┌─ Source information

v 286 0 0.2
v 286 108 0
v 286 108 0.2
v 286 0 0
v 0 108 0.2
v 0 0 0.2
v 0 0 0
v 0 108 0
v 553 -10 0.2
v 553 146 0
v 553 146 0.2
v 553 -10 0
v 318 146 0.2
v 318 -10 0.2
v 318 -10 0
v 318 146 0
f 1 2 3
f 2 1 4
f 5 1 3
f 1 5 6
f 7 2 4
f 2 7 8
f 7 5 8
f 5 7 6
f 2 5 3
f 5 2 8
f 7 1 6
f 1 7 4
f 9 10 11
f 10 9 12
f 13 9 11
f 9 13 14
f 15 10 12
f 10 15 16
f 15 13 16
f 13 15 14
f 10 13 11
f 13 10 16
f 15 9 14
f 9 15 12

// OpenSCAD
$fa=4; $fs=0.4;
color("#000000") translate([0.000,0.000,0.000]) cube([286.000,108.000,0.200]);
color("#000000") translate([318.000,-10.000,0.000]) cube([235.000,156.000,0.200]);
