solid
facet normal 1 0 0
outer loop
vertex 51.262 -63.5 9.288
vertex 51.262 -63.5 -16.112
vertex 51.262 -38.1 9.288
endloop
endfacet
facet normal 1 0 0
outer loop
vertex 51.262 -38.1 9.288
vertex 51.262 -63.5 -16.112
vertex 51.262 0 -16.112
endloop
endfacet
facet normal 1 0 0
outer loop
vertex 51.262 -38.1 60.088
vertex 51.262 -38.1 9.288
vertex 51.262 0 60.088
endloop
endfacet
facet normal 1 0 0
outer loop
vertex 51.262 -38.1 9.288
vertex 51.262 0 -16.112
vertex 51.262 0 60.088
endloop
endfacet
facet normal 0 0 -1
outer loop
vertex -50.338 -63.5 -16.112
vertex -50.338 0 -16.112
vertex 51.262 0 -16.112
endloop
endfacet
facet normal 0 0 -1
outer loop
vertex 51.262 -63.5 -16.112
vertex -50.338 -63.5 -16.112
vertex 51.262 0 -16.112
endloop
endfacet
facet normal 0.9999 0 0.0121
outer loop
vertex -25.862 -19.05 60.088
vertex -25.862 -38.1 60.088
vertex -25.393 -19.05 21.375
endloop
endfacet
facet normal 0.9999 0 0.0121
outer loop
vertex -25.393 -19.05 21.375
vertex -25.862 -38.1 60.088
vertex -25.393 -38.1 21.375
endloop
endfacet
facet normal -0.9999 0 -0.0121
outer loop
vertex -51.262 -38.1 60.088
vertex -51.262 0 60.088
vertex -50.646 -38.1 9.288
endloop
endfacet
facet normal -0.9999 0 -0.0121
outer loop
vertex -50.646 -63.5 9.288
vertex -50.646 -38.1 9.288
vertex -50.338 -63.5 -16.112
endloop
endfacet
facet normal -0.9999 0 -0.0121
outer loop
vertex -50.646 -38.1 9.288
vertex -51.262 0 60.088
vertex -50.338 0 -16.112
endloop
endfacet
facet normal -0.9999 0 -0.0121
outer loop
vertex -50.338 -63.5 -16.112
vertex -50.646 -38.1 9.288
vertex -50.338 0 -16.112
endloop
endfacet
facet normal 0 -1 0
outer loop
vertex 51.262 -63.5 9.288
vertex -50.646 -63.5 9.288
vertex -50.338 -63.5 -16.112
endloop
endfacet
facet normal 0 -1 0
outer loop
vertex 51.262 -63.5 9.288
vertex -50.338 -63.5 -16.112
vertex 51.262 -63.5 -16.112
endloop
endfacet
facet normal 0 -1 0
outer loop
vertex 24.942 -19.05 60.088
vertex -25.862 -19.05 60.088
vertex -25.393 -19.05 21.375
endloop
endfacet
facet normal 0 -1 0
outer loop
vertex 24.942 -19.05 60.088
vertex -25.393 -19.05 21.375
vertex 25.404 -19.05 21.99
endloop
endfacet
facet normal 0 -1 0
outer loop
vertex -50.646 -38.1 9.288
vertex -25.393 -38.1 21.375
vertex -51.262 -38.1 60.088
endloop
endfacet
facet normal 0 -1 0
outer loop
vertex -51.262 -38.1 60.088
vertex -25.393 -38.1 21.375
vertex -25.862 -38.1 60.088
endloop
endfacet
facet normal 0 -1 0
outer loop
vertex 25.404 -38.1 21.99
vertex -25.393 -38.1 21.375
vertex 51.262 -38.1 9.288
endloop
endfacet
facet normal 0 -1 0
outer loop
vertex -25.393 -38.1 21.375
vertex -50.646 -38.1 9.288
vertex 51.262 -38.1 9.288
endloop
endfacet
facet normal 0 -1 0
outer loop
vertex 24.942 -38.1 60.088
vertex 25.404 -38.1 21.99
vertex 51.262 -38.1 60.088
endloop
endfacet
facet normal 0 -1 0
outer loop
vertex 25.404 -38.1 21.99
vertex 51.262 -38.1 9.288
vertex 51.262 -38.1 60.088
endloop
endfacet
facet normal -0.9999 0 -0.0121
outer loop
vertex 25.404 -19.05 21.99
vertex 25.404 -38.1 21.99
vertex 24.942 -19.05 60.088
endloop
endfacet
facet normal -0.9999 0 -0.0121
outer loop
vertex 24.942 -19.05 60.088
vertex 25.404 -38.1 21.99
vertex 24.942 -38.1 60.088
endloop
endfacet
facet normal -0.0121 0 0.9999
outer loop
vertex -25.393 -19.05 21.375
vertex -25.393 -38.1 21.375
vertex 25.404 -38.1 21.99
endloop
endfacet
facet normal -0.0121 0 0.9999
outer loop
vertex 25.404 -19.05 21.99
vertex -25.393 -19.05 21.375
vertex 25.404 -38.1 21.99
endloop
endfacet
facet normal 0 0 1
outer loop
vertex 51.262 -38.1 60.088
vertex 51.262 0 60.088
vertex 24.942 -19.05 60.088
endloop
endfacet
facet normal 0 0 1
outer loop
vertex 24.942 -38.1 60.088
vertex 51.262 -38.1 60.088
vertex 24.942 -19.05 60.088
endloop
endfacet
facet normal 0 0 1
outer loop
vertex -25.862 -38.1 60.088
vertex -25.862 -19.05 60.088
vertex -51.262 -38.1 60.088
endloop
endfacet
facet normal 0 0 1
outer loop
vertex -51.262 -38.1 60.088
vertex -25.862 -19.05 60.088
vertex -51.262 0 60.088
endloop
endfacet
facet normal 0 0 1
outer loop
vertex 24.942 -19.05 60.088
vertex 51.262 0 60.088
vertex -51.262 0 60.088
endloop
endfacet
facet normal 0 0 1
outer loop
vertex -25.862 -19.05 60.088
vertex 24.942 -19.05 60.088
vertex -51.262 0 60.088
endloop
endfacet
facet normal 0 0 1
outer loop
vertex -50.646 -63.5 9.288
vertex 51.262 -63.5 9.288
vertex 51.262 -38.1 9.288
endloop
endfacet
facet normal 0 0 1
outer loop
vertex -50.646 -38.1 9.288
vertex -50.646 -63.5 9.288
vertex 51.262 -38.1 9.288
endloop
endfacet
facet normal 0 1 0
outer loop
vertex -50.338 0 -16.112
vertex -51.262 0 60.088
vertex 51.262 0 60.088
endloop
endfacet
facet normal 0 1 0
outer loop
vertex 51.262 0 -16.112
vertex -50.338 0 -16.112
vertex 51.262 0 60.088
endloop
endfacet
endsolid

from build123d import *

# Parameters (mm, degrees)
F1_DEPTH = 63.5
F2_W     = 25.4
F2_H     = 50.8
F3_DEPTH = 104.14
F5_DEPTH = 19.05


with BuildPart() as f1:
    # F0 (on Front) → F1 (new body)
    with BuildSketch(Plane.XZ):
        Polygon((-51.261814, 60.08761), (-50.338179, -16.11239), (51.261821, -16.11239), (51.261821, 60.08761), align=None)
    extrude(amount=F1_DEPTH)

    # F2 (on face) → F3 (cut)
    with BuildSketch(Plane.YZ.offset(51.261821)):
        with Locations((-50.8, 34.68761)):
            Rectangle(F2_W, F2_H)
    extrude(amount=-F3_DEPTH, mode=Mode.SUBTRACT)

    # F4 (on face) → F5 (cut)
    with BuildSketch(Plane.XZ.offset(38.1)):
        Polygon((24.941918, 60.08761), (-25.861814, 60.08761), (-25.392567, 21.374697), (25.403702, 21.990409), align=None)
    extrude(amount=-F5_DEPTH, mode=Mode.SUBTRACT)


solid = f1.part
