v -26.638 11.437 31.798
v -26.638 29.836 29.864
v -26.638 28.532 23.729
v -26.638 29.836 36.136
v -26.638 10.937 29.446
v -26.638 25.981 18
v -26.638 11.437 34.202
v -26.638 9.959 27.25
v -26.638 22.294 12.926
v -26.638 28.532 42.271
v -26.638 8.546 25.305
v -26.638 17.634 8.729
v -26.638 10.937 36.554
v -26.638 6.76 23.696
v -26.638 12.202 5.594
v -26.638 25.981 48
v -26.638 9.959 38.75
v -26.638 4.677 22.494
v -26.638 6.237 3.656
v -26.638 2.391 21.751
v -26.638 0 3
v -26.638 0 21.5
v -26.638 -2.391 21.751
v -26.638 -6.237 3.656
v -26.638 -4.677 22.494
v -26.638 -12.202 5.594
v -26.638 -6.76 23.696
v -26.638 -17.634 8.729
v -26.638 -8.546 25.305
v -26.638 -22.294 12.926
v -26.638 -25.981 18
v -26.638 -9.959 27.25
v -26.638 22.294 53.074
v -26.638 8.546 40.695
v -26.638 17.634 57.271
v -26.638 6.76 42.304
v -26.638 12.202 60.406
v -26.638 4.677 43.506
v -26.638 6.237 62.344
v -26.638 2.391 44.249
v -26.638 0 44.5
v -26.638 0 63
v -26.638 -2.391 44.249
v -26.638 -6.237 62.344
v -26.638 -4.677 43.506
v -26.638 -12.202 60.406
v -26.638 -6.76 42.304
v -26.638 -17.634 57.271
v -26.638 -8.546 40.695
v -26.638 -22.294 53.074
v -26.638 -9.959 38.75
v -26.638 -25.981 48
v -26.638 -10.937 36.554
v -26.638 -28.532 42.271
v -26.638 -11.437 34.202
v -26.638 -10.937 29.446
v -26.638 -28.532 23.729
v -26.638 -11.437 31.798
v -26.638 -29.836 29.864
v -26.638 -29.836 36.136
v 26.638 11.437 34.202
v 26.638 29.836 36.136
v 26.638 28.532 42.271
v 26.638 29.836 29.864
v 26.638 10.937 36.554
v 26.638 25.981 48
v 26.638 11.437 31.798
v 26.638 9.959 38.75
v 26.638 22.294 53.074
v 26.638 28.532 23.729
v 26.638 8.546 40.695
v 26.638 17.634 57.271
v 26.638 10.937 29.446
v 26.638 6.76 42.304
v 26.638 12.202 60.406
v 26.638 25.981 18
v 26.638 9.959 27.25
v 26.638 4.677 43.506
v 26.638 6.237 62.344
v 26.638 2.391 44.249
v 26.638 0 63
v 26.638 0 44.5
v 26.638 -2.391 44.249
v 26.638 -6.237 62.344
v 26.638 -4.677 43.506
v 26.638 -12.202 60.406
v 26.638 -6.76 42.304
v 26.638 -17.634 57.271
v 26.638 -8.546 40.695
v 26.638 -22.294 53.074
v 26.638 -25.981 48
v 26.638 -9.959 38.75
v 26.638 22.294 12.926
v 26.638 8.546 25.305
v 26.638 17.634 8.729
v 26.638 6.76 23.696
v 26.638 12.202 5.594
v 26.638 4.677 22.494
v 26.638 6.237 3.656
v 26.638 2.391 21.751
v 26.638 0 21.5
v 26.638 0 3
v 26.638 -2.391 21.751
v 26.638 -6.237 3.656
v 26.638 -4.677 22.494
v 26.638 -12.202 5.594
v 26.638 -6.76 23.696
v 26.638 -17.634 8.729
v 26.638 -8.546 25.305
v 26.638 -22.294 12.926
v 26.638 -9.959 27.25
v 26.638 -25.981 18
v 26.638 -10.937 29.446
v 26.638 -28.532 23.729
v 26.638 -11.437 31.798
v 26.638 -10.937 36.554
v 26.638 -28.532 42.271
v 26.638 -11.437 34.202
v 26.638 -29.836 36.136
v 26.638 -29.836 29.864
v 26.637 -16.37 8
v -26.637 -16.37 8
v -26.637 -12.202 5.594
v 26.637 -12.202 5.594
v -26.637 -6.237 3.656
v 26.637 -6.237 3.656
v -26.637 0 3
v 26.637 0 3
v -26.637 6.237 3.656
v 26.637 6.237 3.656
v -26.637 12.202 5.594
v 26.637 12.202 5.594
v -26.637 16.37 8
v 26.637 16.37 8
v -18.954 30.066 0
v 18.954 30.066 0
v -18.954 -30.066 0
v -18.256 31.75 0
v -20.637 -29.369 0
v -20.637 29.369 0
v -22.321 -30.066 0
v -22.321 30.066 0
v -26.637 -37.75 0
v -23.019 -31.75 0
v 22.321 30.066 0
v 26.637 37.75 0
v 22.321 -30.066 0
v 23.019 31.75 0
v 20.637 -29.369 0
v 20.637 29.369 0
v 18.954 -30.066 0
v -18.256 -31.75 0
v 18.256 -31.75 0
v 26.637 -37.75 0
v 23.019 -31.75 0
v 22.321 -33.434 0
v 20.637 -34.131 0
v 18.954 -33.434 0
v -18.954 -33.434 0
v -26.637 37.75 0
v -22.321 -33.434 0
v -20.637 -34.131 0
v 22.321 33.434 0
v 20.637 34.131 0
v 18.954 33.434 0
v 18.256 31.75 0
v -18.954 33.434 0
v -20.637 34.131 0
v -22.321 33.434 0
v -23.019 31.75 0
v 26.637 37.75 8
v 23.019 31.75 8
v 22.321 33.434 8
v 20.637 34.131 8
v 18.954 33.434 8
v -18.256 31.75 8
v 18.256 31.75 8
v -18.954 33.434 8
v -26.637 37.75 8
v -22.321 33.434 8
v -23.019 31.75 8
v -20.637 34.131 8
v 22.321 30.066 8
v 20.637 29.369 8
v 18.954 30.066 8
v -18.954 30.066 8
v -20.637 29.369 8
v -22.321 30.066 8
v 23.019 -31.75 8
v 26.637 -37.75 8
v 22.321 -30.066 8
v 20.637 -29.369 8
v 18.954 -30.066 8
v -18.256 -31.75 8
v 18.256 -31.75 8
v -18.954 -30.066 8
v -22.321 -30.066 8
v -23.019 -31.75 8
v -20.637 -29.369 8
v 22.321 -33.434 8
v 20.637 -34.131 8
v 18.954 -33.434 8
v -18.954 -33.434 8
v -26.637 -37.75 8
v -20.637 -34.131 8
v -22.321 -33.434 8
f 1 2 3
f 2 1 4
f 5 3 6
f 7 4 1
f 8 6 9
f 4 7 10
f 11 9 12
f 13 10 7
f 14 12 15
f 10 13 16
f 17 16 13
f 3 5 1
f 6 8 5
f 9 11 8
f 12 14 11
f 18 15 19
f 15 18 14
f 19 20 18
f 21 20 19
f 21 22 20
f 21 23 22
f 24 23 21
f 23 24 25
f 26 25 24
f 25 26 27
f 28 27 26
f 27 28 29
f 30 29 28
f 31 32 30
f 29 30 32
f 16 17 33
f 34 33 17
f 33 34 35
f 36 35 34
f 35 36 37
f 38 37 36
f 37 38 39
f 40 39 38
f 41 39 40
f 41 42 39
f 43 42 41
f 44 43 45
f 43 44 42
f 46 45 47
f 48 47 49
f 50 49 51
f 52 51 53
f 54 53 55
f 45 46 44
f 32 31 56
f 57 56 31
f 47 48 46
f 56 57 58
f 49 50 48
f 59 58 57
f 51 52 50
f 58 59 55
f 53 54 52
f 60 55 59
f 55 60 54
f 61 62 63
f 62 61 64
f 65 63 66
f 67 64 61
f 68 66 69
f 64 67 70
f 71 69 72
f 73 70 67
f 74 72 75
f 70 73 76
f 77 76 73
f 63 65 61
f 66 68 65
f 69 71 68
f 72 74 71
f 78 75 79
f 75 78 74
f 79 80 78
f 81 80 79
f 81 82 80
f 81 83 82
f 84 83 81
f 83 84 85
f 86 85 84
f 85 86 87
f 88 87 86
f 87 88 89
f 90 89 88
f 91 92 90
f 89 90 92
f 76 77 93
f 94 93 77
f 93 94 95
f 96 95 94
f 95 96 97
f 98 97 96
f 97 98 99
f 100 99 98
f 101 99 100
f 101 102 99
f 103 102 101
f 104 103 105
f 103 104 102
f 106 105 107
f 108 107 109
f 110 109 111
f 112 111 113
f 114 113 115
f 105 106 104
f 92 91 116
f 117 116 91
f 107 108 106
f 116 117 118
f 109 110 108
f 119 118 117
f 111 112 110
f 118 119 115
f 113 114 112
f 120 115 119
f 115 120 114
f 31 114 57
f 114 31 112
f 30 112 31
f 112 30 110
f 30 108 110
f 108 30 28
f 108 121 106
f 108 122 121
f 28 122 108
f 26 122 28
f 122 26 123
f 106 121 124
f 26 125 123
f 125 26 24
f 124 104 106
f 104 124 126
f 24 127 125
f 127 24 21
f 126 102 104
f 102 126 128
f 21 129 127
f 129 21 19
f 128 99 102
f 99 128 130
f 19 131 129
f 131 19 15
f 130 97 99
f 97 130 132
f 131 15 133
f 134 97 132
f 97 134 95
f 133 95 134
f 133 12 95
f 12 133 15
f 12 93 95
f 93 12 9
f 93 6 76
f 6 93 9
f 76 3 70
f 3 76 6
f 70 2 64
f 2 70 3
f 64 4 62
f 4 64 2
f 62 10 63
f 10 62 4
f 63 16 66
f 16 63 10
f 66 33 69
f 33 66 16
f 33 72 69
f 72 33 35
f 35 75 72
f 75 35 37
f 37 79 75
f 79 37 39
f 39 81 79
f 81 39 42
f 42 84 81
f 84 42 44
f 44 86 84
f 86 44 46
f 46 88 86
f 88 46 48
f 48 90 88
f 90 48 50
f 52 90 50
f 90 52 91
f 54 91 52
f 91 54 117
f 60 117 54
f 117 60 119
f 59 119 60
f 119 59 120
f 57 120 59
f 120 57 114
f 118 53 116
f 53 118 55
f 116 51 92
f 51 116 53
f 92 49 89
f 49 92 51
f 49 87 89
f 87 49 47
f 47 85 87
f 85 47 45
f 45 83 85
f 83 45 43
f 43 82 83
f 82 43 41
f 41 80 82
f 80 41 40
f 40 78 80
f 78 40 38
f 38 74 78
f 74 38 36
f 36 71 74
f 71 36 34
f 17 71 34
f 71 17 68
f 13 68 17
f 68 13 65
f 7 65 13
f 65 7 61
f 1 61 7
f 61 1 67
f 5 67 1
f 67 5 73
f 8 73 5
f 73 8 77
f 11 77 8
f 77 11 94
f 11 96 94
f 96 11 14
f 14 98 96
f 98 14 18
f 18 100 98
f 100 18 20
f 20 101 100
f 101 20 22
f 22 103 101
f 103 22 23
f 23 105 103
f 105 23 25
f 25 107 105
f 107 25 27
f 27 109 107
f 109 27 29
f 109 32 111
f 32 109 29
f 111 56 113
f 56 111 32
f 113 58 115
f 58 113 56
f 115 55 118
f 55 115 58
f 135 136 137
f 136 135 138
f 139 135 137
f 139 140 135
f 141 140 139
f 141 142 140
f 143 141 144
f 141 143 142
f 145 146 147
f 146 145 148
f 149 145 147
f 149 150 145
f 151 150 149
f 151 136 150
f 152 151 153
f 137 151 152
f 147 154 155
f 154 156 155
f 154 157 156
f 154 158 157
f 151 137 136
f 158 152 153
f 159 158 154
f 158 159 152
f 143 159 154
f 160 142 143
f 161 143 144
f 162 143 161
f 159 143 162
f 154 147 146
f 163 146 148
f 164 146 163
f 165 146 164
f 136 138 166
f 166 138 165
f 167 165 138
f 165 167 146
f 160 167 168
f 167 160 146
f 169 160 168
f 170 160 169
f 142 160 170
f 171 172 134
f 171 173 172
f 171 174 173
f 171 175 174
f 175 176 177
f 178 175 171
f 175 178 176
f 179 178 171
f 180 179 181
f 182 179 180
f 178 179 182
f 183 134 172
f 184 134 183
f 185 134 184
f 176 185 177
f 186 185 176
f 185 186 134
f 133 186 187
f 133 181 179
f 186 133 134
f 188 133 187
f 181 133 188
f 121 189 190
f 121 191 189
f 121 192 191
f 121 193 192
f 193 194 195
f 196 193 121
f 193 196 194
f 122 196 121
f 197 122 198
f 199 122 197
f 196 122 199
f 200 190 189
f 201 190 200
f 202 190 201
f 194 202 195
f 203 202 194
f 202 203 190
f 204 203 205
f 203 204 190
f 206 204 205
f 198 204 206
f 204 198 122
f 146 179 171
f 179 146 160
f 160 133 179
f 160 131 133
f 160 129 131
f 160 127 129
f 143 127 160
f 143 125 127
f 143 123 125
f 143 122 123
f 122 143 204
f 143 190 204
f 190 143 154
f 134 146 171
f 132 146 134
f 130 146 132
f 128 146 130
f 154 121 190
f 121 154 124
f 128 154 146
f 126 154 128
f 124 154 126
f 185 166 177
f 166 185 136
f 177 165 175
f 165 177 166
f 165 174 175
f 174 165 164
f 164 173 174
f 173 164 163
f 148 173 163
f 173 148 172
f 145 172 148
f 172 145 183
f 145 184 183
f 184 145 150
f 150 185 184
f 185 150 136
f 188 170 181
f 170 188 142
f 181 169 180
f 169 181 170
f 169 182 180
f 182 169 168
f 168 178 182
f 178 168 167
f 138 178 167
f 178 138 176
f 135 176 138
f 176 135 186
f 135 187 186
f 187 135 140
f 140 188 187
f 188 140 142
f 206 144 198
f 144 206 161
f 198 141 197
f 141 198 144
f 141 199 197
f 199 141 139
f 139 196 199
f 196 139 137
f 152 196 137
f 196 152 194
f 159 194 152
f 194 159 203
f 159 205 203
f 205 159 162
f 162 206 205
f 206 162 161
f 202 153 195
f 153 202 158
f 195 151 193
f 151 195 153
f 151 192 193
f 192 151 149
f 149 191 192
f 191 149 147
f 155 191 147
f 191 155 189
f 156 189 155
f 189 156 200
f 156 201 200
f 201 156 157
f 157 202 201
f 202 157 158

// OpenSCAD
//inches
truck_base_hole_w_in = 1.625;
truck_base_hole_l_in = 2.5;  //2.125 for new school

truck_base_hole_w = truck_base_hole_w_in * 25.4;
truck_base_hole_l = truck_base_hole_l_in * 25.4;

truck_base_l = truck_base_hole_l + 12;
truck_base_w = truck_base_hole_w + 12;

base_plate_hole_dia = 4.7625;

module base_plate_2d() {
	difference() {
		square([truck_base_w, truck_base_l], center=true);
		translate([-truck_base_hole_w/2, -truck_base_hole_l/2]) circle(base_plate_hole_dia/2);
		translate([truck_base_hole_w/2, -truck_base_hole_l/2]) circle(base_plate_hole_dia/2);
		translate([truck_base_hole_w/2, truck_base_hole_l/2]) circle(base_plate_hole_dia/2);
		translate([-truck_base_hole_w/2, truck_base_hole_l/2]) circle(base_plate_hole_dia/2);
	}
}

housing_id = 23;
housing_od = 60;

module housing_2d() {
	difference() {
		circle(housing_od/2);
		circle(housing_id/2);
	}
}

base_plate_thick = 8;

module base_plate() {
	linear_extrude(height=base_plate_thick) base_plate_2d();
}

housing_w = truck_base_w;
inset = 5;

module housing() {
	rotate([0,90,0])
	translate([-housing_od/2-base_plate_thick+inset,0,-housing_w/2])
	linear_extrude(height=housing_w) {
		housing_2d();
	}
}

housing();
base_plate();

└─

— Task to carry out —
Produce only the lines from the line containing "f 55 115 58" through the line containing "f 204 198 122", inclusive of both, exactly as they stand in the entries above.

— Exercise result —
f 55 115 58
f 135 136 137
f 136 135 138
f 139 135 137
f 139 140 135
f 141 140 139
f 141 142 140
f 143 141 144
f 141 143 142
f 145 146 147
f 146 145 148
f 149 145 147
f 149 150 145
f 151 150 149
f 151 136 150
f 152 151 153
f 137 151 152
f 147 154 155
f 154 156 155
f 154 157 156
f 154 158 157
f 151 137 136
f 158 152 153
f 159 158 154
f 158 159 152
f 143 159 154
f 160 142 143
f 161 143 144
f 162 143 161
f 159 143 162
f 154 147 146
f 163 146 148
f 164 146 163
f 165 146 164
f 136 138 166
f 166 138 165
f 167 165 138
f 165 167 146
f 160 167 168
f 167 160 146
f 169 160 168
f 170 160 169
f 142 160 170
f 171 172 134
f 171 173 172
f 171 174 173
f 171 175 174
f 175 176 177
f 178 175 171
f 175 178 176
f 179 178 171
f 180 179 181
f 182 179 180
f 178 179 182
f 183 134 172
f 184 134 183
f 185 134 184
f 176 185 177
f 186 185 176
f 185 186 134
f 133 186 187
f 133 181 179
f 186 133 134
f 188 133 187
f 181 133 188
f 121 189 190
f 121 191 189
f 121 192 191
f 121 193 192
f 193 194 195
f 196 193 121
f 193 196 194
f 122 196 121
f 197 122 198
f 199 122 197
f 196 122 199
f 200 190 189
f 201 190 200
f 202 190 201
f 194 202 195
f 203 202 194
f 202 203 190
f 204 203 205
f 203 204 190
f 206 204 205
f 198 204 206
f 204 198 122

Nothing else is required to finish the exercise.